Since 2013, lawmakers in Tennessee, Kentucky and West Virginia have introduced GMO legislation, currently under review, that aims to require the labeling of GMO foods sold in those states. And in May, Vermont passed the nation’s first GMO-labeling law. Niceley, a Republican who is known for his outspoken persona, has been spearheading similar attempts in Tennessee. This bill would mandate that “genetically engineered food products sold in Tennessee must contain a label plainly visible on the display panel that conspicuously contains the words ‘genetically engineered.’”

Niceley explains that he was raised on his great-grandfather’s farm and continues to cultivate his family’s relationship to the land. “I have three daughters who are [very serious about their food], and we raise pastured beef, free-range chickens, heirloom cornmeal and grits, and more,” he says. With an education in soil science, and family members who worked in nursing and medicine, Niceley looks at GMO issues from both agricultural and nutritional standpoints. “Healthy soil leads to healthy plants, and then eating those plants keeps us healthy,” he states. But, he says, referring to the fact that many GMOs are designed with only one goal in mind — usually crop yield — “with GMOs, the nutrition just isn’t there. It looks like a bushel of corn, but doesn’t have the protein or the minerals. For ethanol or high-fructose corn syrup, [GMOs are] just as good, but for food-grade uses, no.”

But Brian Chatham, conservation technician at the Watauga County Soil and Water Conservation Office, has different reservations. “I don’t have a problem with right-to-know labeling, but if it elevates other costs like marketing, there could be problems further on down,” says Chatham. “We deserve to know what we’re eating, but at the same time, everything is not as bad as the media makes it sound.”

GMOs: Possibilities and Pitfalls

To speak plainly, this is not a straightforward issue. Some well-respected associations — for example, the American Medical Association and the U.S. National Academy of Sciences — state that they believe GMOs to be safe. Perhaps conservative use of genetic engineering, coupled with innovative uses of traditional farming practices, can reduce the concentration of agricultural chemicals in our water supply. And GMOs could help sustain agriculture in communities with harsh growing climates, where the next meal is never guaranteed.

On the other hand, GMOs have not been a significant presence in human diets for very long. Fifteen years, give or take, is just a blip on the radar when determining longer-term effects on human health. And increasingly, weeds, pathogens, and insect pests are displaying resistance against the very technology that was designed to render them harmless.
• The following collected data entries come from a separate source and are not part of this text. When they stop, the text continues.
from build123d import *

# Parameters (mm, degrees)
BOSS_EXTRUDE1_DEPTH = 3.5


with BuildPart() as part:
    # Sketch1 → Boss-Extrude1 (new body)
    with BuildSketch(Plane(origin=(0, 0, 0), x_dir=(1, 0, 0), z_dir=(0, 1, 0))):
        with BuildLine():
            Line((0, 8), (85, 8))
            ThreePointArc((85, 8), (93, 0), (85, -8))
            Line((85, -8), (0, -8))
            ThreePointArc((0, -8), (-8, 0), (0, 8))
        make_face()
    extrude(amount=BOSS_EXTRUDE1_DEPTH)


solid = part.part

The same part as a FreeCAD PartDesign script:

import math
import FreeCAD as App
import Part
import Sketcher
from FreeCAD import Vector

doc = App.newDocument("Part")
params = doc.addObject("Spreadsheet::Sheet", "Params")
for row, (alias, value) in enumerate([
    ("sketch1_radius", "8 mm"),
    ("sketch1_width", "85 mm"),
    ("pad1_length", "3.5 mm"),
], start=1):
    params.set(f"A{row}", alias)
    params.set(f"B{row}", "=" + value)
    params.setAlias(f"B{row}", alias)

body = doc.addObject("PartDesign::Body", "Body")

# Sketch on XZ plane
sketch1 = body.newObject("Sketcher::SketchObject", "Sketch")
sketch1.AttachmentSupport = (doc.getObject("XZ_Plane"), [""])
sketch1.MapMode = "FlatFace"
sketch1.addGeometry(Part.LineSegment(Vector(85, -8, 0), Vector(0, -8, 0)), False)
sketch1.addGeometry(Part.ArcOfCircle(Part.Circle(Vector(0, 0, 0), Vector(0, 0, 1), 8), math.radians(90), math.radians(270)), False)
sketch1.addGeometry(Part.LineSegment(Vector(0, 8, 0), Vector(85, 8, 0)), False)
sketch1.addGeometry(Part.ArcOfCircle(Part.Circle(Vector(85, 0, 0), Vector(0, 0, 1), 8), math.radians(-90), math.radians(90)), False)
sketch1.addConstraint(Sketcher.Constraint("Tangent", 0, 2, 1, 2))
sketch1.addConstraint(Sketcher.Constraint("Tangent", 1, 1, 2, 1))
sketch1.addConstraint(Sketcher.Constraint("Tangent", 2, 2, 3, 2))
sketch1.addConstraint(Sketcher.Constraint("Tangent", 3, 1, 0, 1))
sketch1.addConstraint(Sketcher.Constraint("Horizontal", 0))
sketch1.addConstraint(Sketcher.Constraint("Horizontal", 2))
sketch1.addConstraint(Sketcher.Constraint("Coincident", 1, 3, -1, 1))
sketch1.addConstraint(Sketcher.Constraint("Radius", 1, 8.0))
sketch1.addConstraint(Sketcher.Constraint("DistanceX", 0, 2, 0, 1, 85.0))
sketch1.setExpression("Constraints[7]", "Params.sketch1_radius")
sketch1.setExpression("Constraints[8]", "Params.sketch1_width")
pad1 = body.newObject("PartDesign::Pad", "Pad")
pad1.Profile = sketch1
pad1.setExpression("Length", "Params.pad1_length")
pad1.Reversed = True

doc.recompute()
These emerging patterns may hint that no technology can permanently outsmart evolution in nature.

A sweeping ban on GMOs may be extreme. Yet, as with any technology at the frontier of science – and especially one that is being applied to billions of people — it will likely prove wise to think about the possible outcomes. Referring to a common gene in GMO crops, Niceley says, “The [Bacillus thuringiensis] gene is in everything now, and it’s just too early to tell what it’s gonna do to us […] Science is so much smarter now — there is so much information out there, but nobody is sitting down and looking at the big picture.”